Researchers and scientists (such as Fire Scientists or Fire Prevention Engineers) studying the relationships and impact between wildfires, climate, and air quality has a need to query and compile the data for their analysis. They require data from reputable sources that is cleaned and prepared in a standard format. They also need the flexibility to query and filter the data for specific states or counties in the US and for specific date ranges. A sample workflow may look like:

  1. The scientist queries the datasets for wildfire, climate, and/or air quality using the functions provided through the package. They are:
  2. The scientist combines the datasets by the join key columns: counties and date
  3. The scientist visualizes the dataset to gain insights or builds time series or machine learrning models around the dataset to make predictions.

Additional Material

Required Set-up

Wildfires

The create_wildfire() function relies on the SQLite db available on Kaggle: https://www.kaggle.com/rtatman/188-million-us-wildfires. Unfortunately, Kaggle API does not support R at this time. Download the '188-million-us-wildfires.zip' file, and provide the path to the function as db_name, i.e.

db_name = 'data-raw/FPA_FOD_20170508.sqlite'

Climate

The climate functions use the NOAA API to identify the weather monitors within a U.S. county, you will need to get an access token from NOAA to use this function. Visit NOAA's token request page https://www.ncdc.noaa.gov/cdo-web/token to request a token by email. You then need to set that API code in your R session, i.e.

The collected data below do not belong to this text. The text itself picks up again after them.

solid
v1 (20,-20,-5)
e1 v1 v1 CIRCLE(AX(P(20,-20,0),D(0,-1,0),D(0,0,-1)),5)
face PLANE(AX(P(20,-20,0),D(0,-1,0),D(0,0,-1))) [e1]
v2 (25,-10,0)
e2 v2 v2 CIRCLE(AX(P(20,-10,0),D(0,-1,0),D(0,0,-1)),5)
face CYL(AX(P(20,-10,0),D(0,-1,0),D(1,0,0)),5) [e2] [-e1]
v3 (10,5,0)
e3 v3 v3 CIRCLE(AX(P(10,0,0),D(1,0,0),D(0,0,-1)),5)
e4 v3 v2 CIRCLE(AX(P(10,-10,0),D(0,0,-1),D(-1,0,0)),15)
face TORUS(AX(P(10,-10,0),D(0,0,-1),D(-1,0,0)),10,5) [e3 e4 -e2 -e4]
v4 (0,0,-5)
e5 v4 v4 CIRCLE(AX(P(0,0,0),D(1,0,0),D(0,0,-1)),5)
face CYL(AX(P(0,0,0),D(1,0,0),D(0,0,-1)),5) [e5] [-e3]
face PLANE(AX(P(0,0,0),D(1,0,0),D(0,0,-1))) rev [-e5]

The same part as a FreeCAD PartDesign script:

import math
import FreeCAD as App
import Part
import Sketcher
from FreeCAD import Vector
Q = App.Units.Quantity

doc = App.newDocument("Part")
body = doc.addObject("PartDesign::Body", "Body")

sketch1 = body.newObject("Sketcher::SketchObject", "Sketch")
sketch1.AttachmentSupport = (doc.getObject("YZ_Plane"), [""])
sketch1.MapMode = "FlatFace"
sketch1.addGeometry(Part.Circle(Vector(0, 0, 0), Vector(0, 0, 1), 5), False)
sketch1.addConstraint([
    Sketcher.Constraint("Coincident", 0, 3, -1, 1),
    Sketcher.Constraint("Diameter", 0, Q("10 mm")),
])

sketch2 = body.newObject("Sketcher::SketchObject", "Sketch001")
sketch2.AttachmentSupport = (doc.getObject("XY_Plane"), [""])
sketch2.MapMode = "FlatFace"
sketch2.addGeometry([
    Part.LineSegment(Vector(0, 0, 0), Vector(10, 0, 0)),
    Part.ArcOfCircle(Part.Circle(Vector(10, -10, 0), Vector(0, 0, 1), 10), math.radians(0), math.radians(90)),
    Part.LineSegment(Vector(20, -10, 0), Vector(20, -20, 0)),
], False)
sketch2.addConstraint([
    Sketcher.Constraint("Tangent", 0, 2, 1, 2),
    Sketcher.Constraint("Tangent", 1, 1, 2, 1),
    Sketcher.Constraint("Horizontal", 0),
    Sketcher.Constraint("Vertical", 2),
    Sketcher.Constraint("Coincident", 0, 1, -1, 1),
    Sketcher.Constraint("Equal", 0, 2),
    Sketcher.Constraint("Radius", 1, Q("10 mm")),
    Sketcher.Constraint("DistanceX", 0, 1, 0, 2, Q("10 mm")),
])
doc.recompute()

additivepipe = body.newObject("PartDesign::AdditivePipe", "AdditivePipe")
additivepipe.Profile = sketch1
additivepipe.Spine = (sketch2, ["Edge1", "Edge2", "Edge3"])

doc.recompute()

options(noaakey = "your key")

replacing “your key” with the API key you've requested from NOAA).

Note: You may need to reload the package so that the API email and key is set by default.

AQI

The AQI functions use the AQS API to fetch the data from the API endpoints. Use the following service to register as a user:

  1. A verification email will be sent to the email account specified. To register using the email address create and request this link (Replace 'myemail@@example.com' in the example with your email address.): https://aqs.epa.gov/data/api/signup?email=myemail@example.com
  2. You then need to set the email and the key in the .Renviron file as follows, i.e.
aqs_api_email=myemail@example.com
aqs_api_key=testkey1234

Note: You may need to reload the package so that the API email and key is set by default.

Example Function Usage

Wildfires

fires_df <- create_wildfire(db_name = 'data-raw/FPA_FOD_20170508.sqlite', 
                            state_abbrev = c('CA', 'NY'),
                            cols=c('FIRE_NAME', 'DISCOVERY_DATE', 'CONT_DATE', 'STAT_CAUSE_DESCR', 
                                   'FIRE_SIZE', 'FIRE_SIZE_CLASS', 'LATITUDE', 'LONGITUDE', 
                                   'STATE', 'FIPS_CODE', 'FIPS_NAME'),
                            year_min = 1992, 
                            year_max = 2015)

Climate

climate <- daily_climate_counties(fips_list = c('06001', '06003'), 
                                  var_list = c('prcp', 'snow', 'snwd', 'tmax', 'tmin'), 
                                  date_min = '2015-01-01', 
                                  date_max = '2015-12-31', 
                                  coverage = 0.90)

AQI

aqs_api_email = Sys.getenv("aqs_api_email")
aqs_api_key = Sys.getenv("aqs_api_key")

state_codes <- get_state_code(aqs_api_email = aqs_api_email, 
                              aqs_api_key = aqs_api_key, 
                              state_names = c('California'))
counties <- get_counties(aqs_api_email = aqs_api_email, 
                         aqs_api_key = aqs_api_key, 
                         state_codes = state_codes)
aqi <- daily_aqi(aqs_api_email = aqs_api_email, 
                 aqs_api_key = aqs_api_key, 
                 fips_list = counties$fips, 
                 year_min = 2015, 
                 year_max = 2015)